» **Material supplied**:
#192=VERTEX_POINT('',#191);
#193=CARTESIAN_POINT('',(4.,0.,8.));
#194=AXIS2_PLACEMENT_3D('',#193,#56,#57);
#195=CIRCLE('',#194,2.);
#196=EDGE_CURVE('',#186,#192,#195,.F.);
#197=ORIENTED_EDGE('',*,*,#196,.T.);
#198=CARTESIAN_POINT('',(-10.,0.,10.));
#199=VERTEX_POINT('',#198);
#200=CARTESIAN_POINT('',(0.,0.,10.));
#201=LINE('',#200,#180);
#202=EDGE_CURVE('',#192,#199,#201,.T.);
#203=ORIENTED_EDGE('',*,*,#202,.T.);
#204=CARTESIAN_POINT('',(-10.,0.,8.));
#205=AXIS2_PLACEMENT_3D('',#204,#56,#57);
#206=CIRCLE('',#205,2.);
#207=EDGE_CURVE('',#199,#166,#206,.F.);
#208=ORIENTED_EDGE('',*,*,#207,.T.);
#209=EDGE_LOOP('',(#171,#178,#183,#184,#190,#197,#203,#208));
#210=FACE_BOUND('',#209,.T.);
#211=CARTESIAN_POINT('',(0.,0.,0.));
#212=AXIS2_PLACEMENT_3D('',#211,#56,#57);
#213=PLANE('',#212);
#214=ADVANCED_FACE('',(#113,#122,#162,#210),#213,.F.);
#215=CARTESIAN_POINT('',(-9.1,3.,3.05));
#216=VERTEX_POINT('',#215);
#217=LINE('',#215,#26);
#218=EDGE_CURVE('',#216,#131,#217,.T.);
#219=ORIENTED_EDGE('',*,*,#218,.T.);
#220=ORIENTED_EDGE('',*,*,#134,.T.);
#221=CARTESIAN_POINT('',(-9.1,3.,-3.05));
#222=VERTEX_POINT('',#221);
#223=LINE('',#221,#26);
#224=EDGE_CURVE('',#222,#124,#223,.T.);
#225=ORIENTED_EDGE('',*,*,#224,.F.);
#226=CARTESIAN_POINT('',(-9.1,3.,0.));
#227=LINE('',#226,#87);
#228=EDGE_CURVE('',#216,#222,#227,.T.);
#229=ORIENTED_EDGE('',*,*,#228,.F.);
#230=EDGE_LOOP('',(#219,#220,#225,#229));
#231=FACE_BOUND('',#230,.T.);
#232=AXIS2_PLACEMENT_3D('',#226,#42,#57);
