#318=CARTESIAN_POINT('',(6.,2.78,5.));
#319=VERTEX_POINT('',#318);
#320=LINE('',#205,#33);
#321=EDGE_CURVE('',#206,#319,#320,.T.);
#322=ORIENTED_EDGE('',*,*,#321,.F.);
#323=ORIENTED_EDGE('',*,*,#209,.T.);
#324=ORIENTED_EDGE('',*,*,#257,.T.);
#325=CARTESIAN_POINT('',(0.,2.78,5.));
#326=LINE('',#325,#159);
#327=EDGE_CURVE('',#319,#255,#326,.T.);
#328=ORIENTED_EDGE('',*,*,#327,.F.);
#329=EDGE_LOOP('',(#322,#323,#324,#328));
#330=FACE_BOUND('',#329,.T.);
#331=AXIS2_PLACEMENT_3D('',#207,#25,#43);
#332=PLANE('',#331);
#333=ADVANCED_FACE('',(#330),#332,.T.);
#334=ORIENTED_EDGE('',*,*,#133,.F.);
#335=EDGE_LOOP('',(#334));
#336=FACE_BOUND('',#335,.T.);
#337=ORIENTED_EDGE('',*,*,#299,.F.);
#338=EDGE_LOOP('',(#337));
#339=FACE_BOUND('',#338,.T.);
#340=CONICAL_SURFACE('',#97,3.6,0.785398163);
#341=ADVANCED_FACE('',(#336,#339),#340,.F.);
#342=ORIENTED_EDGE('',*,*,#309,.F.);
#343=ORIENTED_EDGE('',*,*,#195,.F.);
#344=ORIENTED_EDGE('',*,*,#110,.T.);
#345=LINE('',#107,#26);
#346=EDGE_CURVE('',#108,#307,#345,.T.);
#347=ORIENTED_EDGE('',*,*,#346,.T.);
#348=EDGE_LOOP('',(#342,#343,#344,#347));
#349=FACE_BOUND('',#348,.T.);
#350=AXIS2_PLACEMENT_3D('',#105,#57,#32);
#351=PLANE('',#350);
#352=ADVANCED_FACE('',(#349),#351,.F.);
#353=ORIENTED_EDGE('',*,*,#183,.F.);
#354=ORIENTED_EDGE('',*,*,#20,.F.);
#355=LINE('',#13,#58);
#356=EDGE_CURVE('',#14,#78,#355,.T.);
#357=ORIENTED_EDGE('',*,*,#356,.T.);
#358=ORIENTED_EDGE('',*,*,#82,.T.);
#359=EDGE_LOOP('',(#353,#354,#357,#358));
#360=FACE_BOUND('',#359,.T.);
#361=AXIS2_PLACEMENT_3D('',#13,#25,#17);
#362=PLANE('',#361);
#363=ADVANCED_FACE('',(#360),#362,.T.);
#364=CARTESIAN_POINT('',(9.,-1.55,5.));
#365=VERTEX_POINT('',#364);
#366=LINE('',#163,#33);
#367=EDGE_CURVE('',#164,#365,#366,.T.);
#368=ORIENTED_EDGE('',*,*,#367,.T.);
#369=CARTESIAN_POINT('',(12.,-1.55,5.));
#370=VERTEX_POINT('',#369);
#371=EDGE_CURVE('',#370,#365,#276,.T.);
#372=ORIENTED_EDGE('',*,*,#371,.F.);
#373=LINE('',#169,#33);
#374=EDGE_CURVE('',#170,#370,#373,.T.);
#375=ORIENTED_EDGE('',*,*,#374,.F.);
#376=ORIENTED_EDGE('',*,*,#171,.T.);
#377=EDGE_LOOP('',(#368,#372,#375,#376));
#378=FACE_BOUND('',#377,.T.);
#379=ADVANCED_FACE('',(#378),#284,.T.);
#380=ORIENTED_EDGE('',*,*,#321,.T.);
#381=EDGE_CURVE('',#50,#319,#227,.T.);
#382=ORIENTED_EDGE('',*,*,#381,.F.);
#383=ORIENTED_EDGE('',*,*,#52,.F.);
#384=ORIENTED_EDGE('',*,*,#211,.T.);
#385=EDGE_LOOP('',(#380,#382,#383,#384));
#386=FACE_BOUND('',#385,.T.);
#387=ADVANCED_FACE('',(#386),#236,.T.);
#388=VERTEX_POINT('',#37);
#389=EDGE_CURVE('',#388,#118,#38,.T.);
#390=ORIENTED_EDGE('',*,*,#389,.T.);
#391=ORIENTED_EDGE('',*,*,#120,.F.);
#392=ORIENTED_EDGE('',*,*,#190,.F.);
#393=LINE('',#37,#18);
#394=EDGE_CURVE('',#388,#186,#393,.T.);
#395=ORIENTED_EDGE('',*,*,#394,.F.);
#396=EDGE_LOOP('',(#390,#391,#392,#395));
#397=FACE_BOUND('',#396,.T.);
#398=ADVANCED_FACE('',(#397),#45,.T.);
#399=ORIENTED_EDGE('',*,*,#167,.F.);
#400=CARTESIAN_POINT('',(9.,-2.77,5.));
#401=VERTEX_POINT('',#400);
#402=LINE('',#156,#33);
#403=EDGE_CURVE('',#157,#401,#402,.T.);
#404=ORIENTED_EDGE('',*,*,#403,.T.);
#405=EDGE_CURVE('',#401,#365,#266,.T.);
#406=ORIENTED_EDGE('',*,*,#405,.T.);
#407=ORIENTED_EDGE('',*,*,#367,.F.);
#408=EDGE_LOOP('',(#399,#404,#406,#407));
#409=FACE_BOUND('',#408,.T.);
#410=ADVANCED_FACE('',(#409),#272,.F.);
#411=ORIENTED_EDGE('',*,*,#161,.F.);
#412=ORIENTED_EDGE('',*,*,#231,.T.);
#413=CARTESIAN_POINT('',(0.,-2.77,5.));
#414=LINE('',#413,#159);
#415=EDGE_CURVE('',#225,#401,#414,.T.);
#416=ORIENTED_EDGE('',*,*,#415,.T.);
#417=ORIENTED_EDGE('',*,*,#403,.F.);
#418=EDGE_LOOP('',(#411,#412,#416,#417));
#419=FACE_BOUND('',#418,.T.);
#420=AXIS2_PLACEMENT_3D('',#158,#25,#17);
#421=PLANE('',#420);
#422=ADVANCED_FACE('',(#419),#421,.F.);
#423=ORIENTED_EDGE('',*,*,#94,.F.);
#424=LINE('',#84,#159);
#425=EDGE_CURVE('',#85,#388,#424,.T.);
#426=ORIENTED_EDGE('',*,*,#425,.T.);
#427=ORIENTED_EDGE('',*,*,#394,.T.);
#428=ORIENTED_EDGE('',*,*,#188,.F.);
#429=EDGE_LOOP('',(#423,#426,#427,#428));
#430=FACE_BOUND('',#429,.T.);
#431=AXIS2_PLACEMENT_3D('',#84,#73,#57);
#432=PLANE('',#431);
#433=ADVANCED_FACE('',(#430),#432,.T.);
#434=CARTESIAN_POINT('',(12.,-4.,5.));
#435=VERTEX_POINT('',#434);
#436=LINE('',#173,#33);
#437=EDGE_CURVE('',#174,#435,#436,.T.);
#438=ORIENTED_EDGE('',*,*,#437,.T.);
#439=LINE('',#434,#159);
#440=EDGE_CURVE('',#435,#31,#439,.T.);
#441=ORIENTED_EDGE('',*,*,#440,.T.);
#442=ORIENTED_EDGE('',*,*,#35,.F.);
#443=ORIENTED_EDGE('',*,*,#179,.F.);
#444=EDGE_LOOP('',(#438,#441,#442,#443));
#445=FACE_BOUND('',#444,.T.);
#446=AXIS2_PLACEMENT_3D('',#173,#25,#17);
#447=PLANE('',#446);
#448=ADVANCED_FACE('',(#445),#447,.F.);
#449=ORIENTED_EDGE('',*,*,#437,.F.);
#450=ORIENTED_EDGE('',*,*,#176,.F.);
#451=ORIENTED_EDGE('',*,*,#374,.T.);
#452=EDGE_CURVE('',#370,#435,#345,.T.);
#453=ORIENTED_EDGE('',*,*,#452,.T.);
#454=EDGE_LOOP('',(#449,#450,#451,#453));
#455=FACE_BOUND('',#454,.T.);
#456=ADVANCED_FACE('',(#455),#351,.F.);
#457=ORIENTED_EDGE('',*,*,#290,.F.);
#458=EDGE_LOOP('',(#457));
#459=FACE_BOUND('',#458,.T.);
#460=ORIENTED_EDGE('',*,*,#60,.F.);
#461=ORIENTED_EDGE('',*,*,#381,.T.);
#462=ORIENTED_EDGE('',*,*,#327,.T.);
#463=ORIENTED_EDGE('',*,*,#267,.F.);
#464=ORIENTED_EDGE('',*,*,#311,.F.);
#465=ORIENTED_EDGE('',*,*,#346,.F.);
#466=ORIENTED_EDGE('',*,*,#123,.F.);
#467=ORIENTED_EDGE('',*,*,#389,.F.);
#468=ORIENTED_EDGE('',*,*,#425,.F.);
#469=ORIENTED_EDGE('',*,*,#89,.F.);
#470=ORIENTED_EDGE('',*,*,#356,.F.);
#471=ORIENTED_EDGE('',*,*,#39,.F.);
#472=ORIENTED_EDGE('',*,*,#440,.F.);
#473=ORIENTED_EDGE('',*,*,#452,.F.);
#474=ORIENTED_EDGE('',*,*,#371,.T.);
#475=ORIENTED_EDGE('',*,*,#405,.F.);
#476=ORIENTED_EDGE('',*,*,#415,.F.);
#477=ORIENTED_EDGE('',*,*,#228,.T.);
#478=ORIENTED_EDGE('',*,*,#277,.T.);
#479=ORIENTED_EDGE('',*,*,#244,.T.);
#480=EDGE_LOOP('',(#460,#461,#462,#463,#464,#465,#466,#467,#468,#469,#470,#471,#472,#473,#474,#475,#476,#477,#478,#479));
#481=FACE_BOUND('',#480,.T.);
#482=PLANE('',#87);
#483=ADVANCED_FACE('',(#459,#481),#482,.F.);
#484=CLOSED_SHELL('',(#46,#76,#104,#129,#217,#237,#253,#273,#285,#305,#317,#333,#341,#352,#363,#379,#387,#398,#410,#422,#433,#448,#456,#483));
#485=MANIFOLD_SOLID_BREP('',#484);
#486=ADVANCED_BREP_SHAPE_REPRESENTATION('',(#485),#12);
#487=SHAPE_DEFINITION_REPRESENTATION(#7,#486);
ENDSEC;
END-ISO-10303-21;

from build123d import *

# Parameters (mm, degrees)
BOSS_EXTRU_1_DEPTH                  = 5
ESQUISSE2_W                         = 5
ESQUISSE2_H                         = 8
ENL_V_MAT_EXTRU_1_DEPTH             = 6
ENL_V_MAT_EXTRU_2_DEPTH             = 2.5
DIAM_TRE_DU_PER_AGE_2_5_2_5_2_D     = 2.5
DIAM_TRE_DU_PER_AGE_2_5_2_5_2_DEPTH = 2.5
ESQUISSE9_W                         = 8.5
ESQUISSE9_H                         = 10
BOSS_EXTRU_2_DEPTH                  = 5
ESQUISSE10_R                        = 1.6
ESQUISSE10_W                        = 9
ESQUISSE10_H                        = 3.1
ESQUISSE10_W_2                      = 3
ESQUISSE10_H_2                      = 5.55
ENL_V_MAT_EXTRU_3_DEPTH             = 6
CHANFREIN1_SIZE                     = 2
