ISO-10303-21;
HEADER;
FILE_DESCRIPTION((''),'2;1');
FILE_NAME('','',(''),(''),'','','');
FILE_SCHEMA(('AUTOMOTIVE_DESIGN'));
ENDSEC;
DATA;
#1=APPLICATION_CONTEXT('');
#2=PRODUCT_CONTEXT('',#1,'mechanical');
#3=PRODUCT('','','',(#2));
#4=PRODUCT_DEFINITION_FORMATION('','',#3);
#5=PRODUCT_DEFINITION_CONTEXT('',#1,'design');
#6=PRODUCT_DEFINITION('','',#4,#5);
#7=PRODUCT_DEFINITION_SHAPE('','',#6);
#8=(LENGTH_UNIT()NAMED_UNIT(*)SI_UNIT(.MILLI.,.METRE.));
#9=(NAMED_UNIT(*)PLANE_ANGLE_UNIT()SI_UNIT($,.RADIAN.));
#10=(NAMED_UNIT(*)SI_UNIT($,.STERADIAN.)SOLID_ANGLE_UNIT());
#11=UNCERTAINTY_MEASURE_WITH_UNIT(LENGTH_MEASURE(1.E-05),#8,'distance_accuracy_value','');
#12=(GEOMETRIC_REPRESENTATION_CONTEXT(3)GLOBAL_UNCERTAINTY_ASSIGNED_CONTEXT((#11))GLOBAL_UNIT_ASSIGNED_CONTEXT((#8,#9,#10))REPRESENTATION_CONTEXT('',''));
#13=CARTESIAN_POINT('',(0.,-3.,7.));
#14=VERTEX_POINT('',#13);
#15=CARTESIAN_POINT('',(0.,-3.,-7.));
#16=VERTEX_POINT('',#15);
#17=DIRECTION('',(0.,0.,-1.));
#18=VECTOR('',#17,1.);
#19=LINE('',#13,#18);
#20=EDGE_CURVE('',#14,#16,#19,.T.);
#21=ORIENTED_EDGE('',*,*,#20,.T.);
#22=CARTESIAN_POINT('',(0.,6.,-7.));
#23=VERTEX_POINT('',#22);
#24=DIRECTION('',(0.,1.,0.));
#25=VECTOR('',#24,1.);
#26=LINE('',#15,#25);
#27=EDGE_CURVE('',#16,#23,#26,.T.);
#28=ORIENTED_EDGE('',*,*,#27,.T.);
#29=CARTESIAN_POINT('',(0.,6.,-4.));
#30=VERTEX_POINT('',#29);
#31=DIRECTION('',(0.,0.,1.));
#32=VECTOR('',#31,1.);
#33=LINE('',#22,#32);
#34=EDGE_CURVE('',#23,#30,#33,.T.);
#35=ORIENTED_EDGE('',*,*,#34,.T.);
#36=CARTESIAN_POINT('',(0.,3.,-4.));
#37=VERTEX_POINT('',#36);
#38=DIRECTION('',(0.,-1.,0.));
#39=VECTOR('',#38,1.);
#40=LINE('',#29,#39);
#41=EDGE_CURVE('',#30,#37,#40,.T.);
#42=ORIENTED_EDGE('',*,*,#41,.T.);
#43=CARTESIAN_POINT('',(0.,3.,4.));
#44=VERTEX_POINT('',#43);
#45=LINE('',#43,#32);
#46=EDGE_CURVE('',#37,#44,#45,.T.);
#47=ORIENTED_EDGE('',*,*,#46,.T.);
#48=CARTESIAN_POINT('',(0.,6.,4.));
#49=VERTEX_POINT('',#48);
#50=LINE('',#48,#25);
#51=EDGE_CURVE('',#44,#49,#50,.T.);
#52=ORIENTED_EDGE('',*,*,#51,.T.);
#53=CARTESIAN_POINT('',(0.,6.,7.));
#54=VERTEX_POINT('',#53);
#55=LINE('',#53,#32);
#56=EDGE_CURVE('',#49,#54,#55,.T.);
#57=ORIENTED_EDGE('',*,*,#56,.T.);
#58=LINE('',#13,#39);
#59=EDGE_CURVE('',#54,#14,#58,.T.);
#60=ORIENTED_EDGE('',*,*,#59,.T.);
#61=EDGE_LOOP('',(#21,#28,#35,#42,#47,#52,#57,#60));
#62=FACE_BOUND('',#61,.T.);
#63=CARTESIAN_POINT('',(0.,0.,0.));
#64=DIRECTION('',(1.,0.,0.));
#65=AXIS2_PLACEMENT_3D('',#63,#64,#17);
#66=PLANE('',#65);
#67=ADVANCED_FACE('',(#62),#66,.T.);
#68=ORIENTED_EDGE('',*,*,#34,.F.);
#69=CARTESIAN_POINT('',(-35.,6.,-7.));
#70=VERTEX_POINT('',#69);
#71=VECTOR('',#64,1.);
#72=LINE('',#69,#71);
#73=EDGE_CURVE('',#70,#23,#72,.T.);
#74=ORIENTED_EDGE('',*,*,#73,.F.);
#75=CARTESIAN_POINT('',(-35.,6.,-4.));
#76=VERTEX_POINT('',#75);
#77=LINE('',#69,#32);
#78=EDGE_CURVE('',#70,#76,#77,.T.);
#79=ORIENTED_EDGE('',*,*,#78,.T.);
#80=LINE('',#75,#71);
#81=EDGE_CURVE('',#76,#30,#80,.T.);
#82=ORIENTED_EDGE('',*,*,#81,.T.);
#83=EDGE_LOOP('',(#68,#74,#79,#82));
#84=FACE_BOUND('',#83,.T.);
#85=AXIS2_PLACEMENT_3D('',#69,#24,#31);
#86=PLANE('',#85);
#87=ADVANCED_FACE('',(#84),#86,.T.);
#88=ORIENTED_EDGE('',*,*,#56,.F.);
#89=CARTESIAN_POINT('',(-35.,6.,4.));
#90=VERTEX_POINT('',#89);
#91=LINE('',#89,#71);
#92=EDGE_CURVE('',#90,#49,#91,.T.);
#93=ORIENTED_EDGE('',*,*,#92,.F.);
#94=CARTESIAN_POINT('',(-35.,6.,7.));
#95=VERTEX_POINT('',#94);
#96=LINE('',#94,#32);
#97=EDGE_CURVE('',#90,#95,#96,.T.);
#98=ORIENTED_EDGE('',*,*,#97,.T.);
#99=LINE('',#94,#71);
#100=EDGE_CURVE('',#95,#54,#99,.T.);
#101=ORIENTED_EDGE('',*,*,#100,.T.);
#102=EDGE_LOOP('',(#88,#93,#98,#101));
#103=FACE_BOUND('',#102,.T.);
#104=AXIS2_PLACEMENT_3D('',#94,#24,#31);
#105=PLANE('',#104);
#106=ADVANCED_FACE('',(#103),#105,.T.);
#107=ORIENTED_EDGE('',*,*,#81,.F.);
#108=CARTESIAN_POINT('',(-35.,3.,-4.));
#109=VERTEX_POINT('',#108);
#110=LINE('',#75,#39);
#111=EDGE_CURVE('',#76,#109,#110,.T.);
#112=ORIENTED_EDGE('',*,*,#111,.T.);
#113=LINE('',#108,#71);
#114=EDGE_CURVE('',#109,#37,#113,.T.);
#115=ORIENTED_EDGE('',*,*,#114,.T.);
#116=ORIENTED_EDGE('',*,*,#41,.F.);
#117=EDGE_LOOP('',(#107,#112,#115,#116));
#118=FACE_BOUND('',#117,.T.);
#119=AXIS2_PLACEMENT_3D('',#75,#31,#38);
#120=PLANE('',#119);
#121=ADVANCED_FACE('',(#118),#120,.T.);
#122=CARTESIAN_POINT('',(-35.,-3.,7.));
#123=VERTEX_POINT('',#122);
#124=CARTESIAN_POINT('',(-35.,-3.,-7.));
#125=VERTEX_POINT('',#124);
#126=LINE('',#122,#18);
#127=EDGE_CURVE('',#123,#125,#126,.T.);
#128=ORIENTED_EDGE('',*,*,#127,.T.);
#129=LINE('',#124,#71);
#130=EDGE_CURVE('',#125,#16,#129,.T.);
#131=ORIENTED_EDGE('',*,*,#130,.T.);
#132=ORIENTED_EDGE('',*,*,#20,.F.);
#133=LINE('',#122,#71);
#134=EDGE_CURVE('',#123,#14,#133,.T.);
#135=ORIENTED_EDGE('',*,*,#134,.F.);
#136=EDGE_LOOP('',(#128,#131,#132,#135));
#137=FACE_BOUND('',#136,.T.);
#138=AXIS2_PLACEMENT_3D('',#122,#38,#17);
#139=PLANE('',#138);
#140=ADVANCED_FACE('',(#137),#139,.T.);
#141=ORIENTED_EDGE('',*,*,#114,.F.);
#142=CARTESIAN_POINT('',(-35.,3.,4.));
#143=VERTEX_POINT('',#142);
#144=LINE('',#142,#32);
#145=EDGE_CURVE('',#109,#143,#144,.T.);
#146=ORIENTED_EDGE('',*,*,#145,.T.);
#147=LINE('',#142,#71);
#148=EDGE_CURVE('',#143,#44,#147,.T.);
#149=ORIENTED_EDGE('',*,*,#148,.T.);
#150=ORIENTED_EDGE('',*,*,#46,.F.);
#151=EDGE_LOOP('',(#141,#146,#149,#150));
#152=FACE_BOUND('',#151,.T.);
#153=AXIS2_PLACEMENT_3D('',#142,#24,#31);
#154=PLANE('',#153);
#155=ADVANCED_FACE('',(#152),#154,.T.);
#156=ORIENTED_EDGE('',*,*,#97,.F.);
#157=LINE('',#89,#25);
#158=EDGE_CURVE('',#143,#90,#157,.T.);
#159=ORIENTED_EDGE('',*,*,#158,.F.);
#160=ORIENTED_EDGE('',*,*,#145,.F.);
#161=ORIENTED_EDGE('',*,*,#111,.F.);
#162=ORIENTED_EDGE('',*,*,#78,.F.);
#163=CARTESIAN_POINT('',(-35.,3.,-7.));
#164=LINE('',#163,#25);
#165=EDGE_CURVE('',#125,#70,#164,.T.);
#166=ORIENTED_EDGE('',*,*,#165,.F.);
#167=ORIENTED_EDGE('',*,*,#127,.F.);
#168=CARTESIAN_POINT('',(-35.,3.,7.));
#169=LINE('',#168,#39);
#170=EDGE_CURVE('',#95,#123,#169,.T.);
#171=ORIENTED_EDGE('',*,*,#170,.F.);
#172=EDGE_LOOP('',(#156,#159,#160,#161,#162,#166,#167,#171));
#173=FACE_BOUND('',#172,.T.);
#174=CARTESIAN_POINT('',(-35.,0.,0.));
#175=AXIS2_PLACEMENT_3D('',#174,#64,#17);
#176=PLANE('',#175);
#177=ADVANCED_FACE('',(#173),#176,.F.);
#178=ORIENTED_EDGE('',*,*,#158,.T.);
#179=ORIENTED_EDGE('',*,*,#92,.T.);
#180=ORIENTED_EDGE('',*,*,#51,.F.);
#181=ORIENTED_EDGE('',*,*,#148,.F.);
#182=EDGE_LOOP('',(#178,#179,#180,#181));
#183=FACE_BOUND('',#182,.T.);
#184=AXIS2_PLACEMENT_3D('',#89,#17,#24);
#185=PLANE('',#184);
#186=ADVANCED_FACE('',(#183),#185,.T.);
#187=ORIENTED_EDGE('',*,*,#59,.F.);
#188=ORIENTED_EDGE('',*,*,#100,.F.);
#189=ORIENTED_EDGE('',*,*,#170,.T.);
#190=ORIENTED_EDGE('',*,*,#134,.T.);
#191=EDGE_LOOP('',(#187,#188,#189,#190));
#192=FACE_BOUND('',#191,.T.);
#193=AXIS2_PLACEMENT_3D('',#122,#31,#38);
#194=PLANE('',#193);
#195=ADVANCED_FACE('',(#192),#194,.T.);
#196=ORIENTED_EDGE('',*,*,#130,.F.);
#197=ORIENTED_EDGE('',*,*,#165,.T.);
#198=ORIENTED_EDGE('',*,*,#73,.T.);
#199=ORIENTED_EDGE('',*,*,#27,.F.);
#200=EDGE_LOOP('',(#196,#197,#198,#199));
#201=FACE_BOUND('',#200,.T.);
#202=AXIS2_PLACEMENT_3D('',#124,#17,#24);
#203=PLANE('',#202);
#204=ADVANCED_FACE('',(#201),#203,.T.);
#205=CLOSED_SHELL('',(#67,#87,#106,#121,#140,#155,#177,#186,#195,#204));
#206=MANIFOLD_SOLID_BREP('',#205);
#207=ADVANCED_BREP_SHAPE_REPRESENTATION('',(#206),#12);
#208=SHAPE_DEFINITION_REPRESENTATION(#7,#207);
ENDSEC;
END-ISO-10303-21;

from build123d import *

# Parameters (mm, degrees)
BOSS_EXTRUDE1_DEPTH = 35


with BuildPart() as part:
    # Sketch1 → Boss-Extrude1 (new body)
    with BuildSketch(Plane(origin=(0, 0, 0), x_dir=(0, 0, -1), z_dir=(1, 0, 0))):
        Polygon((-7, 3), (-7, 6), (-4, 6), (-4, 3), (4, 3), (4, 6), (7, 6), (7, 3), (7, -3), (-7, -3), align=None)
    extrude(amount=-BOSS_EXTRUDE1_DEPTH)


solid = part.part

» **What you need to do**: Give the number of lines in the entries above that include the string "VECTOR". Write nothing but that number.

» **Answer for the task**: 5